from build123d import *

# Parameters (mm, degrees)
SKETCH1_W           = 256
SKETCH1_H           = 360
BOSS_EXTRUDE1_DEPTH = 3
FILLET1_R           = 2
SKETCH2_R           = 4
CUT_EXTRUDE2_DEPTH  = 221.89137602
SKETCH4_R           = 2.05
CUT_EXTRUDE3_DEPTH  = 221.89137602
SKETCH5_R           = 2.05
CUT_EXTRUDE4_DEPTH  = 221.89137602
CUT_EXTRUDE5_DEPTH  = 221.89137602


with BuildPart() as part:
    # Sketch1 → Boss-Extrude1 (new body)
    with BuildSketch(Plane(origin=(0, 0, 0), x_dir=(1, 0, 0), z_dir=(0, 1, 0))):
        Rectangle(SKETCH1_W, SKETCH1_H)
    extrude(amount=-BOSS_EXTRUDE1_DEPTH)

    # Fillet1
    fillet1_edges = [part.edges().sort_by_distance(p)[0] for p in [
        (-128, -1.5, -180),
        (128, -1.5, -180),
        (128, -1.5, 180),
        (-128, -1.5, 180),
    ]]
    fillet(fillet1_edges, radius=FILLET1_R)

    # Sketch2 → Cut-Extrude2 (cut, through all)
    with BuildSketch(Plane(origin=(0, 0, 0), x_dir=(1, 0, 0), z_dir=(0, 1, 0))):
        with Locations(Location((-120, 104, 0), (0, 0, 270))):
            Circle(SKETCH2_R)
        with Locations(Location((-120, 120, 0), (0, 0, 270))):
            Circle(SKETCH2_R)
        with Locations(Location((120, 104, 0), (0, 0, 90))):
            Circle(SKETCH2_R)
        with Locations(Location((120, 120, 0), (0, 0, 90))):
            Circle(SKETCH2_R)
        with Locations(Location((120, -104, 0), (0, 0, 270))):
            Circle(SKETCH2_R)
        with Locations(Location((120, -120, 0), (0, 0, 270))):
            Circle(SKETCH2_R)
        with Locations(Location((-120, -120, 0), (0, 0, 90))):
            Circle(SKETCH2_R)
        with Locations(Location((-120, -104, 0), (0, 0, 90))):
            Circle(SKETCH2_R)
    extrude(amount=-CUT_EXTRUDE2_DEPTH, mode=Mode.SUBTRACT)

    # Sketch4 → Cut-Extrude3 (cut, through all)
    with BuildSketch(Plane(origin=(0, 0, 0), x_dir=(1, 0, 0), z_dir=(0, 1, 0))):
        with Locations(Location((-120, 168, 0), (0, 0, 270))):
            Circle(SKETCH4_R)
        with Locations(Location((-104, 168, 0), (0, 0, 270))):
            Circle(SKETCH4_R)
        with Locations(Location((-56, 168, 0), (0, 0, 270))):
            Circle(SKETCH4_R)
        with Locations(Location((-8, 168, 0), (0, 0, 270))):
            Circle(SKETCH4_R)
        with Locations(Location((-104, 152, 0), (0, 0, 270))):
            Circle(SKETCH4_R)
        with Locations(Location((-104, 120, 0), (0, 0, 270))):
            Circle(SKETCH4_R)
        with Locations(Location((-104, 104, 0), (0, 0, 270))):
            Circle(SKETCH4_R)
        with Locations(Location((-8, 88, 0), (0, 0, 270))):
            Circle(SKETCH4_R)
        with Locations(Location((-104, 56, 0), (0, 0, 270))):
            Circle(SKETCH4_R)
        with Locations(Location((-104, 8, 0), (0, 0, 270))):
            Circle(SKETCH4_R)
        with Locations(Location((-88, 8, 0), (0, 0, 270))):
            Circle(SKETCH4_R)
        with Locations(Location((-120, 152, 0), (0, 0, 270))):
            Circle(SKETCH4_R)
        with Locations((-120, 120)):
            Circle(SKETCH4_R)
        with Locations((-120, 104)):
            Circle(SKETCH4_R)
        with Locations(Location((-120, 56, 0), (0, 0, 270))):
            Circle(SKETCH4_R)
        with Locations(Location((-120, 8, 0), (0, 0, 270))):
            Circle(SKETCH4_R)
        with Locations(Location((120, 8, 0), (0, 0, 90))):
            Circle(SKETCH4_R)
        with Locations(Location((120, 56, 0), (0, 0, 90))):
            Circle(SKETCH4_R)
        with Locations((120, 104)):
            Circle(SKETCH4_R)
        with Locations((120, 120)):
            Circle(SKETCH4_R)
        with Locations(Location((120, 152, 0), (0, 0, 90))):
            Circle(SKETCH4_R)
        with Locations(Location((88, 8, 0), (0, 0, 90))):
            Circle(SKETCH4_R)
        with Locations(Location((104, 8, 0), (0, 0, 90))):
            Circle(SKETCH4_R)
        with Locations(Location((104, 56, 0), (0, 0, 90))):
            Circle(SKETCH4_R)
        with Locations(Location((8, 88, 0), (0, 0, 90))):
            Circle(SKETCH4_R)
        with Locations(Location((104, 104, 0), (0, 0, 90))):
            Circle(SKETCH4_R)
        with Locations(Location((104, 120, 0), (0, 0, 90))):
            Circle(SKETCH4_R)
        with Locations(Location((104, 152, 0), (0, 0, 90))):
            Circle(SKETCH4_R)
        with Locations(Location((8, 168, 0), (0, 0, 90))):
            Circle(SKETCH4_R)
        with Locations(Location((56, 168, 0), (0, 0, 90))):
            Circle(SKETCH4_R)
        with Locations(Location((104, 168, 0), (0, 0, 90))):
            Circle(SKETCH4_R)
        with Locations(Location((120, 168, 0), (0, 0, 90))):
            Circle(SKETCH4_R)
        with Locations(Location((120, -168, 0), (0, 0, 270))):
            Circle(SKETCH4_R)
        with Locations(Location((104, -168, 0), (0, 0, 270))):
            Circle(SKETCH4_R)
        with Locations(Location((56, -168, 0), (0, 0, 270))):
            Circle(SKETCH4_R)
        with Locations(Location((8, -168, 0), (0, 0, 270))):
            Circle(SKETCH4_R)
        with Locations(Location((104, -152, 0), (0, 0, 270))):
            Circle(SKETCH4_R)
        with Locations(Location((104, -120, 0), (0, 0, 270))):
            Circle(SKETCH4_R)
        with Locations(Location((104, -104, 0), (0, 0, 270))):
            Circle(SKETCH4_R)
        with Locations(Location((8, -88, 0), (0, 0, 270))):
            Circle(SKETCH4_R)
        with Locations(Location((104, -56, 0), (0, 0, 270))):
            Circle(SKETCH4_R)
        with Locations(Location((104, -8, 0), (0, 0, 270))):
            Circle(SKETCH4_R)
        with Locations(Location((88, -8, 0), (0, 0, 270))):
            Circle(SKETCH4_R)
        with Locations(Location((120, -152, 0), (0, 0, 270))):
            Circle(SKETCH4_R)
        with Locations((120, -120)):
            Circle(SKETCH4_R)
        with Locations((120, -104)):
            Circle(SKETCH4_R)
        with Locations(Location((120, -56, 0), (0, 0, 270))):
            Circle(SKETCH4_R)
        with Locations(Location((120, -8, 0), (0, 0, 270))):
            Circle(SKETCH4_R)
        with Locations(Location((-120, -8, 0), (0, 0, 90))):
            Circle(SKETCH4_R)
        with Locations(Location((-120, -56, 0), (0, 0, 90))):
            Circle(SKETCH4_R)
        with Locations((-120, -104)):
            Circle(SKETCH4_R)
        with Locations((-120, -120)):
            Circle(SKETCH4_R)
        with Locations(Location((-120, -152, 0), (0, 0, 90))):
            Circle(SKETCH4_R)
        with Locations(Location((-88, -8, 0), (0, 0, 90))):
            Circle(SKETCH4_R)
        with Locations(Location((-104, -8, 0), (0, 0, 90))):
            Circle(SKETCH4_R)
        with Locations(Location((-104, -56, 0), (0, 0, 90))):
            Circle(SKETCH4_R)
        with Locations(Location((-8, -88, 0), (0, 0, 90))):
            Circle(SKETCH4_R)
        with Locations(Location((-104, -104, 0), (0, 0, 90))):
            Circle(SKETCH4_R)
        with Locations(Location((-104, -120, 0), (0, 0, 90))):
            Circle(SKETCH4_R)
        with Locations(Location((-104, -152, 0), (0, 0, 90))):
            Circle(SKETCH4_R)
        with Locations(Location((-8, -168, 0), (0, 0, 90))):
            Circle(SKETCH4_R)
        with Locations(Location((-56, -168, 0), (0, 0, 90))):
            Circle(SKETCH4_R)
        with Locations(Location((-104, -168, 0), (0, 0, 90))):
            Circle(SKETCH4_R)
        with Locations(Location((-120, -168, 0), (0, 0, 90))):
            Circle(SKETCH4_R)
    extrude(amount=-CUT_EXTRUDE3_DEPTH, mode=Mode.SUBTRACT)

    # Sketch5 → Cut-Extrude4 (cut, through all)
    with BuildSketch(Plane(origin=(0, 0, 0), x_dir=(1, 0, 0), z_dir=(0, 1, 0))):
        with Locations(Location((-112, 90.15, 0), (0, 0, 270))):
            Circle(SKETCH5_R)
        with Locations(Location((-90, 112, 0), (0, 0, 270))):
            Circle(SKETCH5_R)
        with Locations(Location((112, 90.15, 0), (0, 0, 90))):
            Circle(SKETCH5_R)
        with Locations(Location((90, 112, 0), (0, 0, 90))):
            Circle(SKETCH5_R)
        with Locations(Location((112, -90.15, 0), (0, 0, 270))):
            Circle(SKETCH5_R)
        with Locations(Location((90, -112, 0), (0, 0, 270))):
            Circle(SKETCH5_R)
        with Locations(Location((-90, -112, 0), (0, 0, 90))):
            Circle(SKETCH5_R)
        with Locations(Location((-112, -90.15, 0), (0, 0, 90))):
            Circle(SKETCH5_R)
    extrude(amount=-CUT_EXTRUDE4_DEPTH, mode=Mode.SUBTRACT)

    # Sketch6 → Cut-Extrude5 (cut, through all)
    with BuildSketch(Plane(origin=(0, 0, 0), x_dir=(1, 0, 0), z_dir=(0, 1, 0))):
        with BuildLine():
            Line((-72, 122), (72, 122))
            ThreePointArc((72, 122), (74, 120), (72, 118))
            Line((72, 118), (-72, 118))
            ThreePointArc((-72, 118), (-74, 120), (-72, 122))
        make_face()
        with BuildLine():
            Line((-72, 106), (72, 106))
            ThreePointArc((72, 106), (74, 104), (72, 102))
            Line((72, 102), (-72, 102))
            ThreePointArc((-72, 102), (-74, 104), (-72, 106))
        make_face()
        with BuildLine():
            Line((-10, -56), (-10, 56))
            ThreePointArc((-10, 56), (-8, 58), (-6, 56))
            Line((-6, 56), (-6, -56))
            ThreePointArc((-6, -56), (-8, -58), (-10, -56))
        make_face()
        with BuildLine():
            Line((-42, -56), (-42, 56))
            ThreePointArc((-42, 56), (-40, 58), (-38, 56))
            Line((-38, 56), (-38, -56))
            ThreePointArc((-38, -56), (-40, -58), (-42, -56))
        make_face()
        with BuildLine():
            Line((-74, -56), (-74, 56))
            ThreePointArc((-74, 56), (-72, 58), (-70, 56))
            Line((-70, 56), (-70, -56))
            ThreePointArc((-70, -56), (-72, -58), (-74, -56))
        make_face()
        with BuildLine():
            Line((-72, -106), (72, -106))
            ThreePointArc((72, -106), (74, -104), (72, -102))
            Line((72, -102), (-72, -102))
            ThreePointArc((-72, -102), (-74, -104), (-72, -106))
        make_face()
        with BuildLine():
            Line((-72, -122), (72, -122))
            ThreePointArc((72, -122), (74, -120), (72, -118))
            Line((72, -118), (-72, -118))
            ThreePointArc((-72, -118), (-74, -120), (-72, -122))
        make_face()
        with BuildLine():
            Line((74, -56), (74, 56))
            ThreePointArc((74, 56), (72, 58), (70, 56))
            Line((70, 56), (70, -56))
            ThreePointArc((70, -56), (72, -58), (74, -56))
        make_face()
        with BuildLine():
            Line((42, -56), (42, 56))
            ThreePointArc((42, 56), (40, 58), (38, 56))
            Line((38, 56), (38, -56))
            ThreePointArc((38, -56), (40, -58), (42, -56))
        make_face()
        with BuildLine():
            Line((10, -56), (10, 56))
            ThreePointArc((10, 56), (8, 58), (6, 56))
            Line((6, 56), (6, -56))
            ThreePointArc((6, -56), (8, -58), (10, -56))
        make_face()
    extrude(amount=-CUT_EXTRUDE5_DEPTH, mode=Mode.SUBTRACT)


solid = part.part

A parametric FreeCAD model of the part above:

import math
import FreeCAD as App
import Part
import Sketcher

V = App.Vector


def edges_at(feature, points):
    """Names of the edges that pass closest to the given points."""
    edges = feature.Shape.Edges
    near = lambda p: min(range(len(edges)), key=lambda i: edges[i].distToShape(Part.Vertex(*p))[0])
    return sorted({f"Edge{near(p) + 1}" for p in points})


def add_polygon(sketch, points):
    """Adds a closed chain of lines whose ends are joined by coincident constraints."""
    first, n = sketch.GeometryCount, len(points)
    for a, b in zip(points, points[1:] + points[:1]):
        sketch.addGeometry(Part.LineSegment(App.Vector(*a, 0), App.Vector(*b, 0)), False)
    for i in range(n):
        sketch.addConstraint(Sketcher.Constraint("Coincident", first + i, 2, first + (i + 1) % n, 1))

doc = App.newDocument("Part")
params = doc.addObject("Spreadsheet::Sheet", "Params")
for row, (alias, value) in enumerate([
    ("sketch1_width", "256 mm"),
    ("sketch1_height", "360 mm"),
    ("pad1_length", "3 mm"),
    ("fillet_radius", "2 mm"),
    ("sketch2_diameter", "8 mm"),
    ("sketch3_diameter", "4.1 mm"),
    ("sketch4_diameter", "4.1 mm"),
    ("sketch5_radius", "2 mm"),
    ("sketch5_width", "144 mm"),
    ("sketch5_height", "112 mm"),
], start=1):
    params.set(f"A{row}", alias)
    params.set(f"B{row}", "=" + value)
    params.setAlias(f"B{row}", alias)

body = doc.addObject("PartDesign::Body", "Body")

# Sketch on XZ plane
sketch1 = body.newObject("Sketcher::SketchObject", "Sketch")
sketch1.AttachmentSupport = (doc.getObject("XZ_Plane"), [""])
sketch1.MapMode = "FlatFace"
add_polygon(sketch1, [(-128, -180), (-128, 180), (128, 180), (128, -180)])  # lines 0-3
sketch1.addConstraint([
    Sketcher.Constraint("Vertical", 0),
    Sketcher.Constraint("Horizontal", 1),
    Sketcher.Constraint("Vertical", 2),
    Sketcher.Constraint("Horizontal", 3),
    Sketcher.Constraint("Symmetric", 0, 2, 2, 2, -1, 1),
    Sketcher.Constraint("DistanceX", 1, 1, 1, 2, 256.0),
    Sketcher.Constraint("DistanceY", 0, 1, 0, 2, 360.0),
])
sketch1.setExpression("Constraints[9]", "Params.sketch1_width")
sketch1.setExpression("Constraints[10]", "Params.sketch1_height")
pad1 = body.newObject("PartDesign::Pad", "Pad")
pad1.Profile = sketch1
pad1.setExpression("Length", "Params.pad1_length")
doc.recompute()

fillet = body.newObject("PartDesign::Fillet", "Fillet")
fillet.Base = (pad1, edges_at(pad1, [
    (-128, -1.5, -180),
    (128, -1.5, -180),
    (128, -1.5, 180),
    (-128, -1.5, 180),
]))
fillet.setExpression("Radius", "Params.fillet_radius")

# Sketch on XZ plane
sketch2 = body.newObject("Sketcher::SketchObject", "Sketch001")
sketch2.AttachmentSupport = (doc.getObject("XZ_Plane"), [""])
sketch2.MapMode = "FlatFace"
sketch2.addGeometry([
    Part.Circle(V(-120, -104, 0), V(0, 0, 1), 4),  # 0
    Part.Circle(V(-120, -120, 0), V(0, 0, 1), 4),  # 1
    Part.Circle(V(120, -104, 0), V(0, 0, 1), 4),  # 2
    Part.Circle(V(120, -120, 0), V(0, 0, 1), 4),  # 3
    Part.Circle(V(120, 104, 0), V(0, 0, 1), 4),  # 4
    Part.Circle(V(120, 120, 0), V(0, 0, 1), 4),  # 5
    Part.Circle(V(-120, 120, 0), V(0, 0, 1), 4),  # 6
    Part.Circle(V(-120, 104, 0), V(0, 0, 1), 4),  # 7
], False)
sketch2.addConstraint([
    Sketcher.Constraint("Equal", 0, 1),
    Sketcher.Constraint("Equal", 1, 2),
    Sketcher.Constraint("Equal", 2, 3),
    Sketcher.Constraint("Equal", 3, 4),
    Sketcher.Constraint("Equal", 4, 5),
    Sketcher.Constraint("Equal", 5, 6),
    Sketcher.Constraint("Equal", 6, 7),
    Sketcher.Constraint("Symmetric", 0, 3, 4, 3, -1, 1),
    Sketcher.Constraint("Symmetric", 1, 3, 5, 3, -1, 1),
    Sketcher.Constraint("Symmetric", 3, 3, 6, 3, -1, 1),
    Sketcher.Constraint("Symmetric", 2, 3, 7, 3, -1, 1),
    Sketcher.Constraint("Symmetric", 0, 3, 2, 3, -2),
    Sketcher.Constraint("Symmetric", 1, 3, 3, 3, -2),
    Sketcher.Constraint("Vertical", 0, 3, 1, 3),
    Sketcher.Constraint("Diameter", 0, 8.0),
    Sketcher.Constraint("DistanceX", 0, 3, -1, 1, 120.0),
    Sketcher.Constraint("DistanceY", 0, 3, -1, 1, 104.0),
    Sketcher.Constraint("DistanceY", 1, 3, -1, 1, 120.0),
])
sketch2.setExpression("Constraints[14]", "Params.sketch2_diameter")
pocket1 = body.newObject("PartDesign::Pocket", "Pocket")
pocket1.Profile = sketch2
pocket1.Type = "ThroughAll"
pocket1.Reversed = True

----------

▶ To do
The required answer is each line of the entries containing the string "amount".

▶ Result below
    extrude(amount=-BOSS_EXTRUDE1_DEPTH)
    extrude(amount=-CUT_EXTRUDE2_DEPTH, mode=Mode.SUBTRACT)
    extrude(amount=-CUT_EXTRUDE3_DEPTH, mode=Mode.SUBTRACT)
    extrude(amount=-CUT_EXTRUDE4_DEPTH, mode=Mode.SUBTRACT)
    extrude(amount=-CUT_EXTRUDE5_DEPTH, mode=Mode.SUBTRACT)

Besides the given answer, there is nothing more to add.